Task data:
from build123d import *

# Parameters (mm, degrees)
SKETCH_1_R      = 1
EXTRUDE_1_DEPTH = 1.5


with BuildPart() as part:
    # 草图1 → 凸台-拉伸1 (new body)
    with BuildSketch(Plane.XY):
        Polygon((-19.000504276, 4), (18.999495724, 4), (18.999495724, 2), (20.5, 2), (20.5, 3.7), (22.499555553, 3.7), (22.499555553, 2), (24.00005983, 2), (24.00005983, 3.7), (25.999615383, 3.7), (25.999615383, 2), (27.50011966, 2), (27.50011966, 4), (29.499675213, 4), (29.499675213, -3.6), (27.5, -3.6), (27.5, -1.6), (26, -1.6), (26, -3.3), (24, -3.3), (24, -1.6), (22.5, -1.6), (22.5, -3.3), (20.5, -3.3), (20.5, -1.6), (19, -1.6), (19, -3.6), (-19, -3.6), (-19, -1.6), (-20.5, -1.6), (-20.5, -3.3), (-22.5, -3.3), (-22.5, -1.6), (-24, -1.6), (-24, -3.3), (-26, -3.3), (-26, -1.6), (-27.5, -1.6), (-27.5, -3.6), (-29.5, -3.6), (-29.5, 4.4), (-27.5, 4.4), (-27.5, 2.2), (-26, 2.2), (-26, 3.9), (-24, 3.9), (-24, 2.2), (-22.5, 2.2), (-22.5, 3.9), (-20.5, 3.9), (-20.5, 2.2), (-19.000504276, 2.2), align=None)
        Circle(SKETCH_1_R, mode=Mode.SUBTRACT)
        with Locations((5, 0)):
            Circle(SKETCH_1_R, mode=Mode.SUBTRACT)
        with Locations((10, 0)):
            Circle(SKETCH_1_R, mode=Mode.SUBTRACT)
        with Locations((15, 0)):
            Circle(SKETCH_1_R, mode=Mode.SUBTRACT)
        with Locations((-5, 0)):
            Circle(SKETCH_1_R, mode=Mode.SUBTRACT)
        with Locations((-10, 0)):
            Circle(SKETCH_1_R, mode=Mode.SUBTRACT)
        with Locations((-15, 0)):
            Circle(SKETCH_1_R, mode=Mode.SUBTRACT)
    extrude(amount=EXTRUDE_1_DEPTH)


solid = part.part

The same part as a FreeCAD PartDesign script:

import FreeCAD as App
import Part
import Sketcher
from FreeCAD import Vector
Q = App.Units.Quantity

doc = App.newDocument("Part")
body = doc.addObject("PartDesign::Body", "Body")

sketch1 = doc.addObject("Sketcher::SketchObject", "Sketch")
body.addObject(sketch1)
sketch1.AttachmentSupport = (doc.XY_Plane, [""])
sketch1.MapMode = "FlatFace"
sketch1.addGeometry(Part.LineSegment(Vector(19, 4, 0), Vector(-19, 4, 0)), False)
sketch1.addGeometry(Part.LineSegment(Vector(-19, 4, 0), Vector(-19, 2.2, 0)), False)
sketch1.addGeometry(Part.LineSegment(Vector(-19, 2.2, 0), Vector(-20.5, 2.2, 0)), False)
sketch1.addGeometry(Part.LineSegment(Vector(-20.5, 2.2, 0), Vector(-20.5, 3.9, 0)), False)
sketch1.addGeometry(Part.LineSegment(Vector(-20.5, 3.9, 0), Vector(-22.5, 3.9, 0)), False)
sketch1.addGeometry(Part.LineSegment(Vector(-22.5, 3.9, 0), Vector(-22.5, 2.2, 0)), False)
sketch1.addGeometry(Part.LineSegment(Vector(-22.5, 2.2, 0), Vector(-24, 2.2, 0)), False)
sketch1.addGeometry(Part.LineSegment(Vector(-24, 2.2, 0), Vector(-24, 3.9, 0)), False)
sketch1.addGeometry(Part.LineSegment(Vector(-24, 3.9, 0), Vector(-26, 3.9, 0)), False)
sketch1.addGeometry(Part.LineSegment(Vector(-26, 3.9, 0), Vector(-26, 2.2, 0)), False)
sketch1.addGeometry(Part.LineSegment(Vector(-26, 2.2, 0), Vector(-27.5, 2.2, 0)), False)
sketch1.addGeometry(Part.LineSegment(Vector(-27.5, 2.2, 0), Vector(-27.5, 4.4, 0)), False)
sketch1.addGeometry(Part.LineSegment(Vector(-27.5, 4.4, 0), Vector(-29.5, 4.4, 0)), False)
sketch1.addGeometry(Part.LineSegment(Vector(-29.5, 4.4, 0), Vector(-29.5, -3.6, 0)), False)
sketch1.addGeometry(Part.LineSegment(Vector(-29.5, -3.6, 0), Vector(-27.5, -3.6, 0)), False)
sketch1.addGeometry(Part.LineSegment(Vector(-27.5, -3.6, 0), Vector(-27.5, -1.6, 0)), False)
sketch1.addGeometry(Part.LineSegment(Vector(-27.5, -1.6, 0), Vector(-26, -1.6, 0)), False)
sketch1.addGeometry(Part.LineSegment(Vector(-26, -1.6, 0), Vector(-26, -3.3, 0)), False)
sketch1.addGeometry(Part.LineSegment(Vector(-26, -3.3, 0), Vector(-24, -3.3, 0)), False)
sketch1.addGeometry(Part.LineSegment(Vector(-24, -3.3, 0), Vector(-24, -1.6, 0)), False)
sketch1.addGeometry(Part.LineSegment(Vector(-24, -1.6, 0), Vector(-22.5, -1.6, 0)), False)
sketch1.addGeometry(Part.LineSegment(Vector(-22.5, -1.6, 0), Vector(-22.5, -3.3, 0)), False)
sketch1.addGeometry(Part.LineSegment(Vector(-22.5, -3.3, 0), Vector(-20.5, -3.3, 0)), False)
sketch1.addGeometry(Part.LineSegment(Vector(-20.5, -3.3, 0), Vector(-20.5, -1.6, 0)), False)
sketch1.addGeometry(Part.LineSegment(Vector(-20.5, -1.6, 0), Vector(-19, -1.6, 0)), False)
sketch1.addGeometry(Part.LineSegment(Vector(-19, -1.6, 0), Vector(-19, -3.6, 0)), False)
sketch1.addGeometry(Part.LineSegment(Vector(-19, -3.6, 0), Vector(19, -3.6, 0)), False)
sketch1.addGeometry(Part.LineSegment(Vector(19, -3.6, 0), Vector(19, -1.6, 0)), False)
sketch1.addGeometry(Part.LineSegment(Vector(19, -1.6, 0), Vector(20.5, -1.6, 0)), False)
sketch1.addGeometry(Part.LineSegment(Vector(20.5, -1.6, 0), Vector(20.5, -3.3, 0)), False)
sketch1.addGeometry(Part.LineSegment(Vector(20.5, -3.3, 0), Vector(22.5, -3.3, 0)), False)
sketch1.addGeometry(Part.LineSegment(Vector(22.5, -3.3, 0), Vector(22.5, -1.6, 0)), False)
sketch1.addGeometry(Part.LineSegment(Vector(22.5, -1.6, 0), Vector(24, -1.6, 0)), False)
sketch1.addGeometry(Part.LineSegment(Vector(24, -1.6, 0), Vector(24, -3.3, 0)), False)
sketch1.addGeometry(Part.LineSegment(Vector(24, -3.3, 0), Vector(26, -3.3, 0)), False)
sketch1.addGeometry(Part.LineSegment(Vector(26, -3.3, 0), Vector(26, -1.6, 0)), False)
sketch1.addGeometry(Part.LineSegment(Vector(26, -1.6, 0), Vector(27.5, -1.6, 0)), False)
sketch1.addGeometry(Part.LineSegment(Vector(27.5, -1.6, 0), Vector(27.5, -3.6, 0)), False)
sketch1.addGeometry(Part.LineSegment(Vector(27.5, -3.6, 0), Vector(29.5, -3.6, 0)), False)
sketch1.addGeometry(Part.LineSegment(Vector(29.5, -3.6, 0), Vector(29.5, 4, 0)), False)
sketch1.addGeometry(Part.LineSegment(Vector(29.5, 4, 0), Vector(27.5, 4, 0)), False)
sketch1.addGeometry(Part.LineSegment(Vector(27.5, 4, 0), Vector(27.5, 2, 0)), False)
sketch1.addGeometry(Part.LineSegment(Vector(27.5, 2, 0), Vector(26, 2, 0)), False)
sketch1.addGeometry(Part.LineSegment(Vector(26, 2, 0), Vector(26, 3.7, 0)), False)
sketch1.addGeometry(Part.LineSegment(Vector(26, 3.7, 0), Vector(24, 3.7, 0)), False)
sketch1.addGeometry(Part.LineSegment(Vector(24, 3.7, 0), Vector(24, 2, 0)), False)
sketch1.addGeometry(Part.LineSegment(Vector(24, 2, 0), Vector(22.5, 2, 0)), False)
sketch1.addGeometry(Part.LineSegment(Vector(22.5, 2, 0), Vector(22.5, 3.7, 0)), False)
sketch1.addGeometry(Part.LineSegment(Vector(22.5, 3.7, 0), Vector(20.5, 3.7, 0)), False)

Aim of the exercise: Up to and including the line with "The same part", repeat the entries exactly, beginning at their first line.

Output below:
from build123d import *

# Parameters (mm, degrees)
SKETCH_1_R      = 1
EXTRUDE_1_DEPTH = 1.5


with BuildPart() as part:
    # 草图1 → 凸台-拉伸1 (new body)
    with BuildSketch(Plane.XY):
        Polygon((-19.000504276, 4), (18.999495724, 4), (18.999495724, 2), (20.5, 2), (20.5, 3.7), (22.499555553, 3.7), (22.499555553, 2), (24.00005983, 2), (24.00005983, 3.7), (25.999615383, 3.7), (25.999615383, 2), (27.50011966, 2), (27.50011966, 4), (29.499675213, 4), (29.499675213, -3.6), (27.5, -3.6), (27.5, -1.6), (26, -1.6), (26, -3.3), (24, -3.3), (24, -1.6), (22.5, -1.6), (22.5, -3.3), (20.5, -3.3), (20.5, -1.6), (19, -1.6), (19, -3.6), (-19, -3.6), (-19, -1.6), (-20.5, -1.6), (-20.5, -3.3), (-22.5, -3.3), (-22.5, -1.6), (-24, -1.6), (-24, -3.3), (-26, -3.3), (-26, -1.6), (-27.5, -1.6), (-27.5, -3.6), (-29.5, -3.6), (-29.5, 4.4), (-27.5, 4.4), (-27.5, 2.2), (-26, 2.2), (-26, 3.9), (-24, 3.9), (-24, 2.2), (-22.5, 2.2), (-22.5, 3.9), (-20.5, 3.9), (-20.5, 2.2), (-19.000504276, 2.2), align=None)
        Circle(SKETCH_1_R, mode=Mode.SUBTRACT)
        with Locations((5, 0)):
            Circle(SKETCH_1_R, mode=Mode.SUBTRACT)
        with Locations((10, 0)):
            Circle(SKETCH_1_R, mode=Mode.SUBTRACT)
        with Locations((15, 0)):
            Circle(SKETCH_1_R, mode=Mode.SUBTRACT)
        with Locations((-5, 0)):
            Circle(SKETCH_1_R, mode=Mode.SUBTRACT)
        with Locations((-10, 0)):
            Circle(SKETCH_1_R, mode=Mode.SUBTRACT)
        with Locations((-15, 0)):
            Circle(SKETCH_1_R, mode=Mode.SUBTRACT)
    extrude(amount=EXTRUDE_1_DEPTH)


solid = part.part

The same part as a FreeCAD PartDesign script:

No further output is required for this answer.